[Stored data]
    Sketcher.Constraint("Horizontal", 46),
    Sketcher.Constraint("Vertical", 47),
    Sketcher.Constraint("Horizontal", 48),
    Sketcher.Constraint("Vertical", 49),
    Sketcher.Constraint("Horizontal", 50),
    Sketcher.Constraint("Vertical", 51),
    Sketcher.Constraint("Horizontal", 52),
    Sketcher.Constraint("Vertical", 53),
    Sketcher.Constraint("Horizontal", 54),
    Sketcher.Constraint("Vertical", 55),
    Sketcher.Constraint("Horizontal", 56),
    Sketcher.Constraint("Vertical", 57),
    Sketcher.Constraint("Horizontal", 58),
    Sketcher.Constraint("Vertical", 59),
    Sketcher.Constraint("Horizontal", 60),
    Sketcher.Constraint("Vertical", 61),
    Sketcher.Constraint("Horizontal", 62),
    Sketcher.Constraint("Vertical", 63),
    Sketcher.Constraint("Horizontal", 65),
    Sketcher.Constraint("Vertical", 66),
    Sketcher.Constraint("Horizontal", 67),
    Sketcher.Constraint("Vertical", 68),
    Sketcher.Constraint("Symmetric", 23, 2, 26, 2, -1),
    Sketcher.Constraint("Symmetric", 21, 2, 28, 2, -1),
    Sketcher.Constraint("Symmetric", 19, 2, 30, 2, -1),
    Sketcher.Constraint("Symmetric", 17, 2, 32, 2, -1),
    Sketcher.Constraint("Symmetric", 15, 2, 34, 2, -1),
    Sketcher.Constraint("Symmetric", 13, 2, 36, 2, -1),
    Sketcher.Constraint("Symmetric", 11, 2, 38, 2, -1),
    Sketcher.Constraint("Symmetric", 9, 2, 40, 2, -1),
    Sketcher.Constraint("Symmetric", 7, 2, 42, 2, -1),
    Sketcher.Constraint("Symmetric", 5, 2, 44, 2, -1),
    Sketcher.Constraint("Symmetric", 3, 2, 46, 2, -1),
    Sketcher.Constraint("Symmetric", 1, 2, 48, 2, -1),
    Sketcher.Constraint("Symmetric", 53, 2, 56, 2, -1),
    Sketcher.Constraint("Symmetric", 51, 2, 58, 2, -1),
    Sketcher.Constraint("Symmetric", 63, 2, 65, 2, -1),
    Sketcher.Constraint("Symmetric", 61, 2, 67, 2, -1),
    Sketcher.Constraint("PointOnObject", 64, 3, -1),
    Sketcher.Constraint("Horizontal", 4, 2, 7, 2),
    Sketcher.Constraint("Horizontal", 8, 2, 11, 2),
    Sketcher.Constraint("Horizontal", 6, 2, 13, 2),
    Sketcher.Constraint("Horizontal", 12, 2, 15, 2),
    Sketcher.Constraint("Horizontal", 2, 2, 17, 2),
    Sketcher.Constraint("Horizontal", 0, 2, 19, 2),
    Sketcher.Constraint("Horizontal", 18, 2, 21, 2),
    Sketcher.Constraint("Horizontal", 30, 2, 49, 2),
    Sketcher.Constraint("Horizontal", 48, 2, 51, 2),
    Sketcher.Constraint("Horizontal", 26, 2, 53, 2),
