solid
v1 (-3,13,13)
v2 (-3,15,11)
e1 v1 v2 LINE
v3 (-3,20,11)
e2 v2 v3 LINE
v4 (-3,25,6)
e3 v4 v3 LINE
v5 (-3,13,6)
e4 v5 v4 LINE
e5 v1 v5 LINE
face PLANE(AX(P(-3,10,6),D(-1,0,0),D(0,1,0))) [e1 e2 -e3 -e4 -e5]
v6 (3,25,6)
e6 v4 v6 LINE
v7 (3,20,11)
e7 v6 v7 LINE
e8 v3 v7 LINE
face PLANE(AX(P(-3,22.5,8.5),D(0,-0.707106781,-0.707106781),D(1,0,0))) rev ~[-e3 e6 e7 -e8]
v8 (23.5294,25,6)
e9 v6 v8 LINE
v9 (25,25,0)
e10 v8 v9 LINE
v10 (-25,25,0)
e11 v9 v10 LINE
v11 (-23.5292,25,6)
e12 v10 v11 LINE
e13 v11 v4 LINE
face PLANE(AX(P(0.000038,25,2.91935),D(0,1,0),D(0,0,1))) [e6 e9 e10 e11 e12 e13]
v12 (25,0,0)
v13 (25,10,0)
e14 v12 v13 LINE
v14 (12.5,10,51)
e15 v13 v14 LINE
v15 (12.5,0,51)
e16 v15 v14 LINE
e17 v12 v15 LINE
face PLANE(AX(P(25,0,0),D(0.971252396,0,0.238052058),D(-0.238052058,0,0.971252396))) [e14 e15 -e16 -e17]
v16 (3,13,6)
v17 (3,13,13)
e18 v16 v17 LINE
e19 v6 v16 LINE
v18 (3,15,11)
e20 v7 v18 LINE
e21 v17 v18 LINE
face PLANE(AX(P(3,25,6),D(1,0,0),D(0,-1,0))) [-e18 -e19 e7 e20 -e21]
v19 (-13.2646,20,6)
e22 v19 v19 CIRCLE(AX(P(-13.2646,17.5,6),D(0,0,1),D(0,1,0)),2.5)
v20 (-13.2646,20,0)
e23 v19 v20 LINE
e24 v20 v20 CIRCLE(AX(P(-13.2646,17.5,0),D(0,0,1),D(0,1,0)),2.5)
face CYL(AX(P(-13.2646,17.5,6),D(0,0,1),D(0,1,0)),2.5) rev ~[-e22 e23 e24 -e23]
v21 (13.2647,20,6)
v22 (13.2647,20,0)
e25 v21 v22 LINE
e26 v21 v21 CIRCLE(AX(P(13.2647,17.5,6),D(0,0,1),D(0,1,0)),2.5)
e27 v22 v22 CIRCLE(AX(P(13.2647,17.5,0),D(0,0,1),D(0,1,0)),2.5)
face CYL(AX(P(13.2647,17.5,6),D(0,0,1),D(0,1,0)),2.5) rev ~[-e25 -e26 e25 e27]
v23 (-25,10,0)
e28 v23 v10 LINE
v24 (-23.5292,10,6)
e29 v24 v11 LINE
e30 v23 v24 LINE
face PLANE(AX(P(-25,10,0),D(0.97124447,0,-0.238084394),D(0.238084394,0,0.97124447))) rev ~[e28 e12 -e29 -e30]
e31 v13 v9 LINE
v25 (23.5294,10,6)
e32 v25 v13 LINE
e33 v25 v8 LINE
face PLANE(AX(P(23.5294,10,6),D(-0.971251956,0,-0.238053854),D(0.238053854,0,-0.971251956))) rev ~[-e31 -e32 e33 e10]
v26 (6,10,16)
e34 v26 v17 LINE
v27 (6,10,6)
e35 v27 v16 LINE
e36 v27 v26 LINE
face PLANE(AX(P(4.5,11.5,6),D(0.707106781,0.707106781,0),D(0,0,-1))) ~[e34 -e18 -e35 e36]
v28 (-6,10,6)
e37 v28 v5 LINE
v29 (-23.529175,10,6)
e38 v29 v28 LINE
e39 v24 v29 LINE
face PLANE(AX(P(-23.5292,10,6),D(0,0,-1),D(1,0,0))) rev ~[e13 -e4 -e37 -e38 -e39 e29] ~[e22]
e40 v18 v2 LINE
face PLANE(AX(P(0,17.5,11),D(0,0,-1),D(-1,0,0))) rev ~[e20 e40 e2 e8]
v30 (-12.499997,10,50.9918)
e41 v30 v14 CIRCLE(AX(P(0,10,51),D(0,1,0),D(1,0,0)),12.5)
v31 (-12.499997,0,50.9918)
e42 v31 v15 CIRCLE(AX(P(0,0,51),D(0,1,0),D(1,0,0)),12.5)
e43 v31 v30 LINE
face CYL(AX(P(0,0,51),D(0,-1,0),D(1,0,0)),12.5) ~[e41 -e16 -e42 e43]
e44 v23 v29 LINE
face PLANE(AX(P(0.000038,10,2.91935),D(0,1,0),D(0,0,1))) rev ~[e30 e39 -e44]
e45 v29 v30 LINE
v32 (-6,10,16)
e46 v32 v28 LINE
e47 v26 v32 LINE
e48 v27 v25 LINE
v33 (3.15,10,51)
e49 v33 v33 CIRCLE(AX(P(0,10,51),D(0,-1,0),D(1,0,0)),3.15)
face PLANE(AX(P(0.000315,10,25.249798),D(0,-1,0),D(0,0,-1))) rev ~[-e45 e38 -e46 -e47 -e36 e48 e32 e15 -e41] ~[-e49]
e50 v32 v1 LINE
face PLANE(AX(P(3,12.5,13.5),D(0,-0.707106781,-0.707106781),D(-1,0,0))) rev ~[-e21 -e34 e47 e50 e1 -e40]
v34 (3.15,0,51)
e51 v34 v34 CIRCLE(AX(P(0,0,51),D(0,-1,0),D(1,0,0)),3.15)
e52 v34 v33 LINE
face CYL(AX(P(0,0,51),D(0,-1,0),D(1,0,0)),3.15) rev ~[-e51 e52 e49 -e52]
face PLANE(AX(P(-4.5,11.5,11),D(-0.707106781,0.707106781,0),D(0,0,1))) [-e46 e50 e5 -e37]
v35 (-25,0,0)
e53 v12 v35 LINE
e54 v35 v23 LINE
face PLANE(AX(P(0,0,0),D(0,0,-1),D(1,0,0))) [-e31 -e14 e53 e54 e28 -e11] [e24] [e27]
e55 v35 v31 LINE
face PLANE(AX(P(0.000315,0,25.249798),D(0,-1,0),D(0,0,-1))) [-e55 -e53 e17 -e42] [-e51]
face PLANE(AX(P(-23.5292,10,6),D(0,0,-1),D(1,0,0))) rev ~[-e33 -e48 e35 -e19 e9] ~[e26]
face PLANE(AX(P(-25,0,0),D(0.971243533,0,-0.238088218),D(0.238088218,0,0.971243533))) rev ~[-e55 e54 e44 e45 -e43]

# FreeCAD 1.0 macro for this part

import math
import FreeCAD as App
import Part
import Sketcher

V = App.Vector


def edges_at(feature, points):
    """Names of the edges that pass closest to the given points."""
    edges = feature.Shape.Edges
    near = lambda p: min(range(len(edges)), key=lambda i: edges[i].distToShape(Part.Vertex(*p))[0])
    return sorted({f"Edge{near(p) + 1}" for p in points})


def add_polygon(sketch, points):
    """Adds a closed chain of lines whose ends are joined by coincident constraints."""
    first, n = sketch.GeometryCount, len(points)
    for a, b in zip(points, points[1:] + points[:1]):
        sketch.addGeometry(Part.LineSegment(App.Vector(*a, 0), App.Vector(*b, 0)), False)
    for i in range(n):
        sketch.addConstraint(Sketcher.Constraint("Coincident", first + i, 2, first + (i + 1) % n, 1))

doc = App.newDocument("Part")
body = doc.addObject("PartDesign::Body", "Body")

sketch1 = doc.addObject("Sketcher::SketchObject", "Sketch")
body.addObject(sketch1)
sketch1.AttachmentSupport = (doc.XZ_Plane, [""])
sketch1.MapMode = "FlatFace"
sketch1.addGeometry([
    Part.LineSegment(V(-25, 0, 0), V(25, 0, 0)),
    Part.LineSegment(V(25, 0, 0), V(12.5, 51, 0)),
    Part.ArcOfCircle(Part.Circle(V(0, 51, 0), V(0, 0, 1), 12.5), math.radians(0), math.radians(180)),
    Part.LineSegment(V(-12.5, 51, 0), V(-25, 0, 0)),
    Part.Circle(V(0, 51, 0), V(0, 0, 1), 3.1),
], False)
sketch1.addConstraint([
    Sketcher.Constraint("Coincident", 0, 2, 1, 1),
    Sketcher.Constraint("Coincident", 1, 2, 2, 1),
    Sketcher.Constraint("Coincident", 2, 2, 3, 1),
    Sketcher.Constraint("Coincident", 3, 2, 0, 1),
    Sketcher.Constraint("Horizontal", 0),
    Sketcher.Constraint("Coincident", 4, 3, 2, 3),
    Sketcher.Constraint("Symmetric", 0, 2, 3, 2, -1, 1),
    Sketcher.Constraint("PointOnObject", 2, 3, -2),
    Sketcher.Constraint("Horizontal", 4, 3, 1, 2),
    Sketcher.Constraint("Diameter", 4, 6.3),
    Sketcher.Constraint("Radius", 2, 12.5),
    Sketcher.Constraint("DistanceX", 0, 1, 0, 2, 50.0),
    Sketcher.Constraint("DistanceY", -1, 1, 2, 3, 51.0),
    Sketcher.Constraint("Distance", 3, 52.5016),
])
pad1 = doc.addObject("PartDesign::Pad", "Pad")
body.addObject(pad1)
pad1.Profile = sketch1
pad1.Length = 10
pad1.Reversed = True

sketch2 = doc.addObject("Sketcher::SketchObject", "Sketch001")
body.addObject(sketch2)
sketch2.AttachmentSupport = (doc.XZ_Plane, [""])
sketch2.MapMode = "FlatFace"
sketch2.AttachmentOffset = App.Placement(V(0, 0, -10), App.Rotation())
add_polygon(sketch2, [(-25, 0), (-24, 6), (24, 6), (25, 0)])
sketch2.addConstraint([
    Sketcher.Constraint("Horizontal", 1),
    Sketcher.Constraint("Horizontal", 3),
    Sketcher.Constraint("Symmetric", 2, 2, 3, 2, -1, 1),
    Sketcher.Constraint("Equal", 0, 2),
    Sketcher.Constraint("DistanceX", 3, 2, 3, 1, 50.0),
    Sketcher.Constraint("DistanceY", -1, 1, 0, 2, 6.0),
    Sketcher.Constraint("DistanceX", 1, 1, 1, 2, 47.0586),
])
pad2 = doc.addObject("PartDesign::Pad", "Pad001")
body.addObject(pad2)
pad2.Profile = sketch2
pad2.Length = 15
pad2.Reversed = True

sketch3 = doc.addObject("Sketcher::SketchObject", "Sketch002")
body.addObject(sketch3)
sketch3.AttachmentSupport = (doc.XY_Plane, [""])
sketch3.MapMode = "FlatFace"
sketch3.AttachmentOffset = App.Placement(V(0, 0, 6), App.Rotation())
add_polygon(sketch3, [(-3, 25), (-3, 10), (3, 10), (3, 25)])
sketch3.addConstraint([
    Sketcher.Constraint("Vertical", 0),
    Sketcher.Constraint("Horizontal", 1),
    Sketcher.Constraint("Vertical", 2),
    Sketcher.Constraint("Horizontal", 3),
    Sketcher.Constraint("DistanceX", 1, 1, 1, 2, 6.0),
    Sketcher.Constraint("DistanceY", 0, 2, 0, 1, 15.0),
    Sketcher.Constraint("DistanceX", 0, 2, -1, 1, 3.0),
    Sketcher.Constraint("DistanceY", -1, 1, 0, 2, 10.0),
])
pad3 = doc.addObject("PartDesign::Pad", "Pad002")
body.addObject(pad3)
pad3.Profile = sketch3
pad3.Length = 5
doc.recompute()

chamfer = doc.addObject("PartDesign::Chamfer", "Chamfer")
body.addObject(chamfer)
chamfer.Base = (pad3, edges_at(pad3, [(0, 10, 11), (0, 25, 11)]))
chamfer.Size = 5
doc.recompute()

chamfer2 = doc.addObject("PartDesign::Chamfer", "Chamfer001")
body.addObject(chamfer2)
chamfer2.Base = (chamfer, edges_at(chamfer, [(3, 10, 11), (-3, 10, 11)]))
chamfer2.Size = 3

sketch4 = doc.addObject("Sketcher::SketchObject", "Sketch003")
body.addObject(sketch4)
sketch4.AttachmentSupport = (doc.XY_Plane, [""])
sketch4.MapMode = "FlatFace"
sketch4.AttachmentOffset = App.Placement(V(0, 0, 6), App.Rotation())
sketch4.addGeometry([
    Part.Circle(V(13.3, 17.5, 0), V(0, 0, 1), 2.5),
    Part.Circle(V(-13.3, 17.5, 0), V(0, 0, 1), 2.5),
], False)
sketch4.addConstraint([
    Sketcher.Constraint("Equal", 0, 1),
    Sketcher.Constraint("Symmetric", 0, 3, 1, 3, -2),
    Sketcher.Constraint("Diameter", 0, 5.0),
    Sketcher.Constraint("DistanceY", -1, 1, 0, 3, 17.5),
    Sketcher.Constraint("DistanceX", -1, 1, 0, 3, 13.2647),
])
pocket1 = doc.addObject("PartDesign::Pocket", "Pocket")
body.addObject(pocket1)
pocket1.Profile = sketch4
pocket1.Type = "UpToFirst"

doc.recompute()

● Task statement:
Your answer should be the lines above, from the line containing "v34 (3.15,0,51)" up to and including the line containing "# FreeCAD 1.0 macro for this part", reproduced exactly and with nothing else.

● Result of the exercise:
v34 (3.15,0,51)
e51 v34 v34 CIRCLE(AX(P(0,0,51),D(0,-1,0),D(1,0,0)),3.15)
e52 v34 v33 LINE
face CYL(AX(P(0,0,51),D(0,-1,0),D(1,0,0)),3.15) rev ~[-e51 e52 e49 -e52]
face PLANE(AX(P(-4.5,11.5,11),D(-0.707106781,0.707106781,0),D(0,0,1))) [-e46 e50 e5 -e37]
v35 (-25,0,0)
e53 v12 v35 LINE
e54 v35 v23 LINE
face PLANE(AX(P(0,0,0),D(0,0,-1),D(1,0,0))) [-e31 -e14 e53 e54 e28 -e11] [e24] [e27]
e55 v35 v31 LINE
face PLANE(AX(P(0.000315,0,25.249798),D(0,-1,0),D(0,0,-1))) [-e55 -e53 e17 -e42] [-e51]
face PLANE(AX(P(-23.5292,10,6),D(0,0,-1),D(1,0,0))) rev ~[-e33 -e48 e35 -e19 e9] ~[e26]
face PLANE(AX(P(-25,0,0),D(0.971243533,0,-0.238088218),D(0.238088218,0,0.971243533))) rev ~[-e55 e54 e44 e45 -e43]

# FreeCAD 1.0 macro for this part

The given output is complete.